How Ishikawa, Nishida and Takahashi’s overseas league experiences are making a huge impact for Japan at the VNL and beyond

The migration of Japan’s power trio – Yuki Ishikawa, Yuji Nishida and Ran Takashi – to the Italian League has not only made an impact on their individual game but has shaped a strong and great ethos for their national team program and beyond.

They seem to look like anime characters that have come to life, especially with their out-of-this-world moves on the court, and their energy and charisma are a perfect fit for the modern volleyball fandom as they draw the crowd everywhere they go.

Yuki Ishikawa

Ishikawa started playing professionally since his college days at Chuo University. And the Japanese captain has been strutting his stuff at the Italian League since 2014.
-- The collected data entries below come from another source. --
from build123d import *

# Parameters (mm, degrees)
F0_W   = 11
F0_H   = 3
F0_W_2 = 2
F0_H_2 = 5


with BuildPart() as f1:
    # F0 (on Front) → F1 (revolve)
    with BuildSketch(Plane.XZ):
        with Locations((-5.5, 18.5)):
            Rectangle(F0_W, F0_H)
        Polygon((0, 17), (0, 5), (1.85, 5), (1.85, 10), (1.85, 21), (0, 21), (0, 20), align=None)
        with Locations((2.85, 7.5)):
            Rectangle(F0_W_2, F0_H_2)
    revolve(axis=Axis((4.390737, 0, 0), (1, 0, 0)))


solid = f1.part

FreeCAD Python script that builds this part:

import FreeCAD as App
import Part
import Sketcher

V = App.Vector


def add_polygon(sketch, points):
    """Adds a closed chain of lines whose ends are joined by coincident constraints."""
    first, n = sketch.GeometryCount, len(points)
    for a, b in zip(points, points[1:] + points[:1]):
        sketch.addGeometry(Part.LineSegment(App.Vector(*a, 0), App.Vector(*b, 0)), False)
    for i in range(n):
        sketch.addConstraint(Sketcher.Constraint("Coincident", first + i, 2, first + (i + 1) % n, 1))

doc = App.newDocument("Part")
body = doc.addObject("PartDesign::Body", "Body")

# Sketch on XZ plane
sketch1 = doc.addObject("Sketcher::SketchObject", "Sketch")
body.addObject(sketch1)
sketch1.AttachmentSupport = (doc.XZ_Plane, [""])
sketch1.MapMode = "FlatFace"
add_polygon(sketch1, [(-11, 20), (-11, 17), (0, 17), (0, 5), (3.85, 5), (3.85, 10), (1.85, 10), (1.85, 21), (0, 21), (0, 20)])  # lines 0-9
sketch1.addConstraint(Sketcher.Constraint("Vertical", 0))
sketch1.addConstraint(Sketcher.Constraint("Horizontal", 1))
sketch1.addConstraint(Sketcher.Constraint("Vertical", 2))
sketch1.addConstraint(Sketcher.Constraint("Horizontal", 3))
sketch1.addConstraint(Sketcher.Constraint("Vertical", 4))
sketch1.addConstraint(Sketcher.Constraint("Horizontal", 5))
sketch1.addConstraint(Sketcher.Constraint("Vertical", 6))
sketch1.addConstraint(Sketcher.Constraint("Horizontal", 7))
sketch1.addConstraint(Sketcher.Constraint("Vertical", 8))
sketch1.addConstraint(Sketcher.Constraint("Horizontal", 9))
sketch1.addConstraint(Sketcher.Constraint("PointOnObject", 1, 2, -2))
sketch1.addConstraint(Sketcher.Constraint("PointOnObject", 7, 2, -2))
sketch1.addConstraint(Sketcher.Constraint("Equal", 9, 6))
sketch1.addConstraint(Sketcher.Constraint("DistanceX", 1, 1, 1, 2, 11.0))
sketch1.addConstraint(Sketcher.Constraint("DistanceX", 5, 2, 5, 1, 2.0))
sketch1.addConstraint(Sketcher.Constraint("DistanceY", 0, 2, 0, 1, 3.0))
sketch1.addConstraint(Sketcher.Constraint("DistanceY", 2, 2, 2, 1, 12.0))
sketch1.addConstraint(Sketcher.Constraint("DistanceY", 4, 1, 4, 2, 5.0))
sketch1.addConstraint(Sketcher.Constraint("DistanceY", -1, 1, 0, 2, 17.0))
sketch1.addConstraint(Sketcher.Constraint("DistanceX", 3, 1, 3, 2, 3.85))
revolution = doc.addObject("PartDesign::Revolution", "Revolution")
body.addObject(revolution)
revolution.Profile = sketch1
revolution.ReferenceAxis = (sketch1, ["H_Axis"])
revolution.Angle = 360

doc.recompute()
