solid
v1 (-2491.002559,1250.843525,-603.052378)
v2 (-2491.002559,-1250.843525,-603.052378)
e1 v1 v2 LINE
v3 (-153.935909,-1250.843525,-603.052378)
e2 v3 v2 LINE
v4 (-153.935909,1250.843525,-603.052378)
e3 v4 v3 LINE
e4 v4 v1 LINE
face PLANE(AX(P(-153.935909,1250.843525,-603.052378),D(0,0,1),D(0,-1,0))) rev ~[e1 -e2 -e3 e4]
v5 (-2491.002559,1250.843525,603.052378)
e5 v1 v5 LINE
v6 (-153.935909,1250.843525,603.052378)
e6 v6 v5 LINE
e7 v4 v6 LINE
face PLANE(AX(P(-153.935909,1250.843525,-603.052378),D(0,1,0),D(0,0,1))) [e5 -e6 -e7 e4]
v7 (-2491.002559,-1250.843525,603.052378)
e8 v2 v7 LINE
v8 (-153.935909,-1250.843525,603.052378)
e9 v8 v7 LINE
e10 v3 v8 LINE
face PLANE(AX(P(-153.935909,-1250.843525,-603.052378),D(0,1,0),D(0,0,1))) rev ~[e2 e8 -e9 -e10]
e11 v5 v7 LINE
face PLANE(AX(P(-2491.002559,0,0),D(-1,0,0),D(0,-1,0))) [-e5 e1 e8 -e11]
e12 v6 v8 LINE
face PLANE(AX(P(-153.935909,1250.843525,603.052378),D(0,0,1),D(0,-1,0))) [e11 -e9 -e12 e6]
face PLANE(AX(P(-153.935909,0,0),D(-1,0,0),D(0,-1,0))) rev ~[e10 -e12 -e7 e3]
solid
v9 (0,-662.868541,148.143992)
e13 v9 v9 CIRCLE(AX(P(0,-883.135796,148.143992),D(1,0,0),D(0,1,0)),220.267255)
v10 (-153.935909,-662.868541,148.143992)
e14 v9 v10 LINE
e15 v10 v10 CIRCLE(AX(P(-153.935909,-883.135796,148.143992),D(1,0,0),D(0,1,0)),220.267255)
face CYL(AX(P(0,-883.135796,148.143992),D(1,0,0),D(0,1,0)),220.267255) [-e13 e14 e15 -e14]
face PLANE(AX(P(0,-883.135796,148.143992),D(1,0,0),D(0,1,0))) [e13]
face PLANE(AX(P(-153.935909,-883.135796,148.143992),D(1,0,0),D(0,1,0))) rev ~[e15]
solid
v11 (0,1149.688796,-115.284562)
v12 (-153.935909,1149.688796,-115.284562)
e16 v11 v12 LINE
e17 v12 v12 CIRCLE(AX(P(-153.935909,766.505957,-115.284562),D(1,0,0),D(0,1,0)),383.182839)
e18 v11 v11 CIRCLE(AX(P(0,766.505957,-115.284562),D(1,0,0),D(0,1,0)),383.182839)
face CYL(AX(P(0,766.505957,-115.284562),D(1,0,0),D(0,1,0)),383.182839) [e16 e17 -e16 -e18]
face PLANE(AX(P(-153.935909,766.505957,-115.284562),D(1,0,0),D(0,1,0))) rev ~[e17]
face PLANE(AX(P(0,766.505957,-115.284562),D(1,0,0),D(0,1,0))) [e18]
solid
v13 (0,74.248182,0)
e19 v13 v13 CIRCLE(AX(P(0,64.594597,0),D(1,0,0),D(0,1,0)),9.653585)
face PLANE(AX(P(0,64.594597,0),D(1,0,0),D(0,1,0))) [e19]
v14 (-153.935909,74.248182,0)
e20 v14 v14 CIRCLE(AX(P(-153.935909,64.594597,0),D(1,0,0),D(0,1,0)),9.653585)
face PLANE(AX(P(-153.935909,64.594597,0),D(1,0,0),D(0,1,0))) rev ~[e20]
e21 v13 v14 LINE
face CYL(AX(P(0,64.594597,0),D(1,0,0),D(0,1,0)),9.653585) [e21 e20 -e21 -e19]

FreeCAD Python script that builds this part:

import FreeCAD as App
import Part
import Sketcher

V = App.Vector


def add_polygon(sketch, points):
    """Adds a closed chain of lines whose ends are joined by coincident constraints."""
    first, n = sketch.GeometryCount, len(points)
    for a, b in zip(points, points[1:] + points[:1]):
        sketch.addGeometry(Part.LineSegment(App.Vector(*a, 0), App.Vector(*b, 0)), False)
    for i in range(n):
        sketch.addConstraint(Sketcher.Constraint("Coincident", first + i, 2, first + (i + 1) % n, 1))

doc = App.newDocument("Part")
params = doc.addObject("Spreadsheet::Sheet", "Params")
for row, (alias, value) in enumerate([
    ("pad1_length", "153.935909 mm"),
    ("pad2_length", "2337.06665 mm"),
], start=1):
    params.set(f"A{row}", alias)
    params.set(f"B{row}", "=" + value)
    params.setAlias(f"B{row}", alias)

body = doc.addObject("PartDesign::Body", "Body")
body.AllowCompound = True

# Sketch on YZ plane
sketch1 = body.newObject("Sketcher::SketchObject", "Sketch")
sketch1.AttachmentSupport = (doc.getObject("YZ_Plane"), [""])
sketch1.MapMode = "FlatFace"
sketch1.addGeometry(Part.Circle(V(65, 0, 0), V(0, 0, 1), 10), False)
sketch1.addGeometry(Part.Circle(V(767, -115, 0), V(0, 0, 1), 383), False)
sketch1.addGeometry(Part.Circle(V(-883, 148, 0), V(0, 0, 1), 220), False)
sketch1.addConstraint(Sketcher.Constraint("PointOnObject", 0, 3, -1))
sketch1.addConstraint(Sketcher.Constraint("Diameter", 0, 19.30717))
sketch1.addConstraint(Sketcher.Constraint("Diameter", 1, 766.365678))
sketch1.addConstraint(Sketcher.Constraint("Diameter", 2, 440.53451))
sketch1.addConstraint(Sketcher.Constraint("DistanceY", 1, 3, -1, 1, 115.284562))
sketch1.addConstraint(Sketcher.Constraint("DistanceY", -1, 1, 2, 3, 148.143992))
sketch1.addConstraint(Sketcher.Constraint("DistanceX", 0, 3, 1, 3, 701.91136))
sketch1.addConstraint(Sketcher.Constraint("DistanceX", -1, 1, 0, 3, 64.594597))
sketch1.addConstraint(Sketcher.Constraint("DistanceX", 2, 3, -1, 1, 883.135796))
pad1 = body.newObject("PartDesign::Pad", "Pad")
pad1.Profile = sketch1
pad1.setExpression("Length", "Params.pad1_length")
pad1.Reversed = True
body2 = doc.addObject("PartDesign::Body", "Body001")

# Sketch on YZ plane
sketch2 = body2.newObject("Sketcher::SketchObject", "Sketch001")
sketch2.AttachmentSupport = (doc.getObject("YZ_Plane001"), [""])
sketch2.MapMode = "FlatFace"
sketch2.AttachmentOffset = App.Placement(V(0, 0, -153.935909), App.Rotation())
add_polygon(sketch2, [(1251, 603), (1251, -603), (-1251, -603), (-1251, 603)])  # lines 0-3
sketch2.addConstraint(Sketcher.Constraint("Vertical", 0))
sketch2.addConstraint(Sketcher.Constraint("Horizontal", 1))
sketch2.addConstraint(Sketcher.Constraint("Vertical", 2))
sketch2.addConstraint(Sketcher.Constraint("Horizontal", 3))
sketch2.addConstraint(Sketcher.Constraint("Symmetric", 0, 2, 2, 2, -1, 1))
sketch2.addConstraint(Sketcher.Constraint("DistanceX", 1, 2, 1, 1, 2501.68705))
sketch2.addConstraint(Sketcher.Constraint("DistanceY", 0, 2, 0, 1, 1206.104756))
pad2 = body2.newObject("PartDesign::Pad", "Pad001")
pad2.Profile = sketch2
pad2.setExpression("Length", "Params.pad2_length")
pad2.Reversed = True

doc.recompute()
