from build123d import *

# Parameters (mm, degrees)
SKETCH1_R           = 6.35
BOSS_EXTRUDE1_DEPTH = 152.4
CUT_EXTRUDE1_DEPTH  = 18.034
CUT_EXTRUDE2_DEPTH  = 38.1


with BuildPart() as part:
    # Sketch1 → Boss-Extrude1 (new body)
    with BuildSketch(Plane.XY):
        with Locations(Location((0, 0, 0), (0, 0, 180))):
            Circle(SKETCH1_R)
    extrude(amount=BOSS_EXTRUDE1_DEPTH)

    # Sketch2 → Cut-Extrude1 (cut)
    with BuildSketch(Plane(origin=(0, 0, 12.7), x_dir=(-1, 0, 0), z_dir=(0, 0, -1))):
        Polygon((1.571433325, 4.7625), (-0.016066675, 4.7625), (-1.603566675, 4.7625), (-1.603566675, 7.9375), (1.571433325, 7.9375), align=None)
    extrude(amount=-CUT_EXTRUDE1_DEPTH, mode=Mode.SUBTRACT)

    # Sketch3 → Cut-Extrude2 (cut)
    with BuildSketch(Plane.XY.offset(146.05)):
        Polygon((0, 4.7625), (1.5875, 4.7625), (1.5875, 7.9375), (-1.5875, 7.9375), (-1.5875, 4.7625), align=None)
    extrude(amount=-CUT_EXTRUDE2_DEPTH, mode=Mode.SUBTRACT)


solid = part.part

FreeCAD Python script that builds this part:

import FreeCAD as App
import Part
import Sketcher
from FreeCAD import Vector
Q = App.Units.Quantity

doc = App.newDocument("Part")
params = doc.addObject("Spreadsheet::Sheet", "Params")
for row, (alias, value) in enumerate([
    ("sketch1_diameter", "0.5 in"),
    ("pad1_length", "6 in"),
    ("sketch2_width", "0.125 in"),
    ("pocket1_length", "0.71 in"),
    ("sketch3_width", "0.125 in"),
    ("pocket2_length", "1.5 in"),
], start=1):
    params.set(f"A{row}", alias)
    params.set(f"B{row}", "=" + value)
    params.setAlias(f"B{row}", alias)

body = doc.addObject("PartDesign::Body", "Body")

sketch1 = doc.addObject("Sketcher::SketchObject", "Sketch")
body.addObject(sketch1)
sketch1.AttachmentSupport = (doc.XY_Plane, [""])
sketch1.MapMode = "FlatFace"
sketch1.addGeometry(Part.Circle(Vector(0, 0, 0), Vector(0, 0, 1), 6), False)
sketch1.addConstraint([
    Sketcher.Constraint("Coincident", 0, 3, -1, 1),
    Sketcher.Constraint("Diameter", 0, Q("0.5 in")),
])
sketch1.setExpression("Constraints[1]", "Params.sketch1_diameter")
pad1 = doc.addObject("PartDesign::Pad", "Pad")
body.addObject(pad1)
pad1.Profile = sketch1
pad1.setExpression("Length", "Params.pad1_length")

sketch2 = doc.addObject("Sketcher::SketchObject", "Sketch001")
body.addObject(sketch2)
sketch2.AttachmentSupport = (doc.XY_Plane, [""])
sketch2.MapMode = "FlatFace"
sketch2.AttachmentOffset = App.Placement(Vector(0, 0, 0.5 * 25.4), App.Rotation())
sketch2.addGeometry([
    Part.LineSegment(Vector(1.6, 4.8, 0), Vector(-1.6, 4.8, 0)),
    Part.LineSegment(Vector(-1.6, 4.8, 0), Vector(-1.6, 7.9, 0)),
    Part.LineSegment(Vector(-1.6, 7.9, 0), Vector(1.6, 7.9, 0)),
    Part.LineSegment(Vector(1.6, 7.9, 0), Vector(1.6, 4.8, 0)),
], False)
sketch2.addConstraint([
    Sketcher.Constraint("Coincident", 0, 2, 1, 1),
    Sketcher.Constraint("Coincident", 1, 2, 2, 1),
    Sketcher.Constraint("Coincident", 2, 2, 3, 1),
    Sketcher.Constraint("Coincident", 3, 2, 0, 1),
    Sketcher.Constraint("Horizontal", 0),
    Sketcher.Constraint("Vertical", 1),
    Sketcher.Constraint("Horizontal", 2),
    Sketcher.Constraint("Vertical", 3),
    Sketcher.Constraint("Equal", 2, 1),
    Sketcher.Constraint("DistanceX", 0, 2, 0, 1, Q("0.125 in")),
    Sketcher.Constraint("DistanceY", -1, 1, 0, 2, Q("0.1875 in")),
    Sketcher.Constraint("DistanceX", 0, 2, -1, 1, 1.571433),
])
sketch2.setExpression("Constraints[9]", "Params.sketch2_width")
pocket1 = doc.addObject("PartDesign::Pocket", "Pocket")
body.addObject(pocket1)
pocket1.Profile = sketch2
pocket1.setExpression("Length", "Params.pocket1_length")
pocket1.Reversed = True

sketch3 = doc.addObject("Sketcher::SketchObject", "Sketch002")
body.addObject(sketch3)
sketch3.AttachmentSupport = (doc.XY_Plane, [""])
sketch3.MapMode = "FlatFace"
sketch3.AttachmentOffset = App.Placement(Vector(0, 0, 5.75 * 25.4), App.Rotation())
sketch3.addGeometry([
    Part.LineSegment(Vector(1.6, 4.8, 0), Vector(1.6, 7.9, 0)),
    Part.LineSegment(Vector(1.6, 7.9, 0), Vector(-1.6, 7.9, 0)),
    Part.LineSegment(Vector(-1.6, 7.9, 0), Vector(-1.6, 4.8, 0)),
    Part.LineSegment(Vector(-1.6, 4.8, 0), Vector(1.6, 4.8, 0)),
], False)
sketch3.addConstraint([
    Sketcher.Constraint("Coincident", 0, 2, 1, 1),
    Sketcher.Constraint("Coincident", 1, 2, 2, 1),
    Sketcher.Constraint("Coincident", 2, 2, 3, 1),
    Sketcher.Constraint("Coincident", 3, 2, 0, 1),
    Sketcher.Constraint("Vertical", 0),
    Sketcher.Constraint("Horizontal", 1),
    Sketcher.Constraint("Vertical", 2),
    Sketcher.Constraint("Horizontal", 3),
    Sketcher.Constraint("Equal", 3, 0),
    Sketcher.Constraint("DistanceX", 1, 2, 1, 1, Q("0.125 in")),
    Sketcher.Constraint("DistanceX", -1, 1, 0, 2, Q("0.0625 in")),
    Sketcher.Constraint("DistanceY", -1, 1, 0, 2, Q("0.3125 in")),
])
sketch3.setExpression("Constraints[9]", "Params.sketch3_width")
pocket2 = doc.addObject("PartDesign::Pocket", "Pocket001")
body.addObject(pocket2)
pocket2.Profile = sketch3
pocket2.setExpression("Length", "Params.pocket2_length")

doc.recompute()
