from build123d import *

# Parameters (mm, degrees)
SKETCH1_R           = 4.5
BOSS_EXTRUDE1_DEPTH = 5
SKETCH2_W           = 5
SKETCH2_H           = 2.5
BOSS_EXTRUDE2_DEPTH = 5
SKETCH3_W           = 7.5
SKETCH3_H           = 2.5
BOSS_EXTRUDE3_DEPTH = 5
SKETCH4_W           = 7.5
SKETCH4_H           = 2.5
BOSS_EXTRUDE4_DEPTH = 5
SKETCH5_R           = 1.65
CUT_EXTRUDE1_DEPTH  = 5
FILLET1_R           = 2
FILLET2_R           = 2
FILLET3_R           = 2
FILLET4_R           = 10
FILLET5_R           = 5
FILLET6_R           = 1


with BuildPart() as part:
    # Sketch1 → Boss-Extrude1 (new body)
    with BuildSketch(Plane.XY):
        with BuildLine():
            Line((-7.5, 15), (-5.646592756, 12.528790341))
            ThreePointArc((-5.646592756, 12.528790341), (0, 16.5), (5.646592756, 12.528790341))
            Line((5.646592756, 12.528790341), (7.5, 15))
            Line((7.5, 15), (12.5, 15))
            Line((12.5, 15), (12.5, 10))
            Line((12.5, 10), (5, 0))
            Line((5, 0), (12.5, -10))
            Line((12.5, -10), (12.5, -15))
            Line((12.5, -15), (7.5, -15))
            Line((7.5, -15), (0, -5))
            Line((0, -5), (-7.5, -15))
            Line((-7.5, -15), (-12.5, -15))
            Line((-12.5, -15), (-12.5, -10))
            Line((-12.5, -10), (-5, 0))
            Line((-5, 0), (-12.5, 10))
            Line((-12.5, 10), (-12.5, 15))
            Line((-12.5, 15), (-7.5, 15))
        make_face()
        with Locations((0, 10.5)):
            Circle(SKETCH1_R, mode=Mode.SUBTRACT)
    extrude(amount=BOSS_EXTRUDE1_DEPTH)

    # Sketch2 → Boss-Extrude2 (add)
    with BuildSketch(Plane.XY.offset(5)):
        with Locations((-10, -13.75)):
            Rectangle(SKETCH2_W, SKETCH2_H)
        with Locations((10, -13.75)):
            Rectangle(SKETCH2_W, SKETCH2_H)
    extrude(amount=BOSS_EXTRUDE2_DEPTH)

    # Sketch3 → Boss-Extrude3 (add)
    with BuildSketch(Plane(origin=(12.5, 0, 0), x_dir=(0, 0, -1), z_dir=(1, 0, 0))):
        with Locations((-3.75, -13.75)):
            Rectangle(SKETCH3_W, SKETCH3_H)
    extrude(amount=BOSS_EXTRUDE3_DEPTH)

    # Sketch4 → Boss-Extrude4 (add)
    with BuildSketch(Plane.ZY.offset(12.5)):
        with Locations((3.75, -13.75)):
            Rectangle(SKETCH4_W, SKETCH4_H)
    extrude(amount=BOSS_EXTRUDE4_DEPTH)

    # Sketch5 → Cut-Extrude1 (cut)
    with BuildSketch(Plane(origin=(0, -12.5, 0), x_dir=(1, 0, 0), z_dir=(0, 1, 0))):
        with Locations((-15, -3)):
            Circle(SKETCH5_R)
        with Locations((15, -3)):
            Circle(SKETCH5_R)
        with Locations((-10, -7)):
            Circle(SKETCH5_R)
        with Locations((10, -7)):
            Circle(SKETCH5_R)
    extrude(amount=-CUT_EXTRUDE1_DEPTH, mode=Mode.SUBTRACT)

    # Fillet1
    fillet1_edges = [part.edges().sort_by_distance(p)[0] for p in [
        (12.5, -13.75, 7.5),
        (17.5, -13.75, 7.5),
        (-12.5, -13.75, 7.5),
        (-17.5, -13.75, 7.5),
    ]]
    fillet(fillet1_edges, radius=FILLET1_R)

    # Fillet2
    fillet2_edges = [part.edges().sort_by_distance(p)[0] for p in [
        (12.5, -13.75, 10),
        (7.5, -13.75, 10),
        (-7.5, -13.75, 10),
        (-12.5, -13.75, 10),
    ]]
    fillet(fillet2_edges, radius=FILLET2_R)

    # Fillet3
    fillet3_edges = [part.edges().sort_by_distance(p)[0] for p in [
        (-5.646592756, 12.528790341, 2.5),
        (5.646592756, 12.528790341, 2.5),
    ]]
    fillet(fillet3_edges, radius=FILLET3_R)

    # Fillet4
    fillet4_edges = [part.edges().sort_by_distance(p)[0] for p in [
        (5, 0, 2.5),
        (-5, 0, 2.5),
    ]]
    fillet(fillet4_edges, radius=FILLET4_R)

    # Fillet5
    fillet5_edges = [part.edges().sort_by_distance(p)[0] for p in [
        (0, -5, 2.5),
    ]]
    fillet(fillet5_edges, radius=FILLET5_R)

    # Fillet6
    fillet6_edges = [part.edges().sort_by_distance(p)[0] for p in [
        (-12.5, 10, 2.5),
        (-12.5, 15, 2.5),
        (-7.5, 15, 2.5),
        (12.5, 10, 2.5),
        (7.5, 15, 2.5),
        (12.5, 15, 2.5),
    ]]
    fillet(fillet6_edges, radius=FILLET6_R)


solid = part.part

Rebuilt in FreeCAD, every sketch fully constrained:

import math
import FreeCAD as App
import Part
import Sketcher
Q = App.Units.Quantity


def edges_at(feature, points):
    """Names of the edges that pass closest to the given points."""
    edges = feature.Shape.Edges
    near = lambda p: min(range(len(edges)), key=lambda i: edges[i].distToShape(Part.Vertex(*p))[0])
    return sorted({f"Edge{near(p) + 1}" for p in points})


def add_polygon(sketch, points):
    """Adds a closed chain of lines whose ends are joined by coincident constraints."""
    first, n = sketch.GeometryCount, len(points)
    for a, b in zip(points, points[1:] + points[:1]):
        sketch.addGeometry(Part.LineSegment(App.Vector(*a, 0), App.Vector(*b, 0)), False)
    for i in range(n):
        sketch.addConstraint(Sketcher.Constraint("Coincident", first + i, 2, first + (i + 1) % n, 1))

doc = App.newDocument("Part")
params = doc.addObject("Spreadsheet::Sheet", "Params")
for row, (alias, value) in enumerate([
    ("sketch1_diameter", "9 mm"),
    ("sketch1_radius", "6 mm"),
    ("sketch1_width", "5 mm"),
    ("pad1_length", "5 mm"),
    ("sketch2_width", "5 mm"),
    ("sketch2_height", "2.5 mm"),
    ("pad2_length", "5 mm"),
    ("sketch3_width", "2.5 mm"),
    ("sketch3_height", "7.5 mm"),
    ("pad3_length", "5 mm"),
    ("sketch4_width", "2.5 mm"),
    ("sketch4_height", "7.5 mm"),
    ("pad4_length", "5 mm"),
    ("sketch5_diameter", "3.3 mm"),
    ("pocket1_length", "5 mm"),
    ("fillet_radius", "2 mm"),
    ("fillet2_radius", "2 mm"),
    ("fillet3_radius", "2 mm"),
    ("fillet4_radius", "10 mm"),
    ("fillet5_radius", "5 mm"),
    ("fillet6_radius", "1 mm"),
], start=1):
    params.set(f"A{row}", alias)
    params.set(f"B{row}", "=" + value)
    params.setAlias(f"B{row}", alias)

body = doc.addObject("PartDesign::Body", "Body")

# Sketch on XY plane
sketch1 = body.newObject("Sketcher::SketchObject", "Sketch")
sketch1.AttachmentSupport = (doc.getObject("XY_Plane"), [""])
sketch1.MapMode = "FlatFace"
sketch1.addGeometry([
    Part.LineSegment(App.Vector(-5.6, 12.5, 0), App.Vector(-7.5, 15, 0)),  # 0
    Part.LineSegment(App.Vector(-7.5, 15, 0), App.Vector(-12.5, 15, 0)),  # 1
    Part.LineSegment(App.Vector(-12.5, 15, 0), App.Vector(-12.5, 10, 0)),  # 2
    Part.LineSegment(App.Vector(-12.5, 10, 0), App.Vector(-5, 0, 0)),  # 3
    Part.LineSegment(App.Vector(-5, 0, 0), App.Vector(-12.5, -10, 0)),  # 4
    Part.LineSegment(App.Vector(-12.5, -10, 0), App.Vector(-12.5, -15, 0)),  # 5
    Part.LineSegment(App.Vector(-12.5, -15, 0), App.Vector(-7.5, -15, 0)),  # 6
    Part.LineSegment(App.Vector(-7.5, -15, 0), App.Vector(0, -5, 0)),  # 7
    Part.LineSegment(App.Vector(0, -5, 0), App.Vector(7.5, -15, 0)),  # 8
    Part.LineSegment(App.Vector(7.5, -15, 0), App.Vector(12.5, -15, 0)),  # 9
    Part.LineSegment(App.Vector(12.5, -15, 0), App.Vector(12.5, -10, 0)),  # 10
    Part.LineSegment(App.Vector(12.5, -10, 0), App.Vector(5, 0, 0)),  # 11
    Part.LineSegment(App.Vector(5, 0, 0), App.Vector(12.5, 10, 0)),  # 12
    Part.LineSegment(App.Vector(12.5, 10, 0), App.Vector(12.5, 15, 0)),  # 13
    Part.LineSegment(App.Vector(12.5, 15, 0), App.Vector(7.5, 15, 0)),  # 14
    Part.LineSegment(App.Vector(7.5, 15, 0), App.Vector(5.6, 12.5, 0)),  # 15
    Part.ArcOfCircle(Part.Circle(App.Vector(0, 10.5, 0), App.Vector(0, 0, 1), 6), math.radians(20), math.radians(160)),  # 16
    Part.Circle(App.Vector(0, 10.5, 0), App.Vector(0, 0, 1), 4.5),  # 17
], False)
sketch1.addConstraint([
    Sketcher.Constraint("Coincident", 0, 2, 1, 1),
    Sketcher.Constraint("Coincident", 1, 2, 2, 1),
    Sketcher.Constraint("Coincident", 2, 2, 3, 1),
    Sketcher.Constraint("Coincident", 3, 2, 4, 1),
His experience in the league has helped him cope with the dynamics and power in the men’s game, and in return, he has added a different dimension and flavor to uplift his club and the league’s profile.

Ishikawa’s growth from a leadership standpoint has run concurrently with his development as a player. He is a natural born leader on offense and defense, who also creates opportunities for his teammates to shine on the court.

Yuji Nishida

Nishida had a meaningful stint in the Italian League, where he played in the same season with his compatriots Ishikawa and Takahashi in 2021/2022.

His former Italian club allowed him to showcase his gravity-defying moves and share the spotlight with the likes of Brazilian stars Mauricio Borges, Douglas Souza and Flavio Gualberto and Germany’s Christian Fromm.

With that additional wisdom playing with some of the greats from other countries, the southpaw opposite has even become a stronger player for the national team. His electric performances from the attack line breaks the defense of the opponents, providing the boost for his teammates to follow through on offense.

Ran Takahashi

Takahashi’s began his Italian League journey on December 2021 and renewed with his club for the 2022/2023 season, where he became one of the team’s top point producers. For the next season, he will be playing for Vero Volley Monza.

As one of the most reliable defenders and a hitter with a simple-but-effective approach on offense, his contribution has been vital for his club. And standing at 1.88m, he often gives up height in key matchups, but his persistence and his ability to read the ball are quite valuable weapons of his game.

These great skills will come in handy when he is suiting up for the national team as he will create a stronger rotation and support on offense and defense, complementing the performances of Ishikawa and Nishida.


These power-packed troika of hitters have all benefited and have become better players from their overseas experience, becoming role models to many other Asian players who have offshore aspirations. And the results are exponential as these athletes gain experience abroad and come back to their national teams with an empowered perspective of the game.

Japan are currently on home soil in the city of Nagoya for the Volleyball Nations League first week. They cleared their first hurdle, against Asian rivals Iran with a 3-0 scoreline. Their next opponents are Serbia on June 9, Bulgaria on June 10 and reigning Olympic and VNL champions France on June 11.

They will also be playing in Orleans in France from June 20-25 and Pasay City in the Philippines from July 4 to 9, aiming for a spot in the VNL Finals in Gdansk, Poland from July 19-23.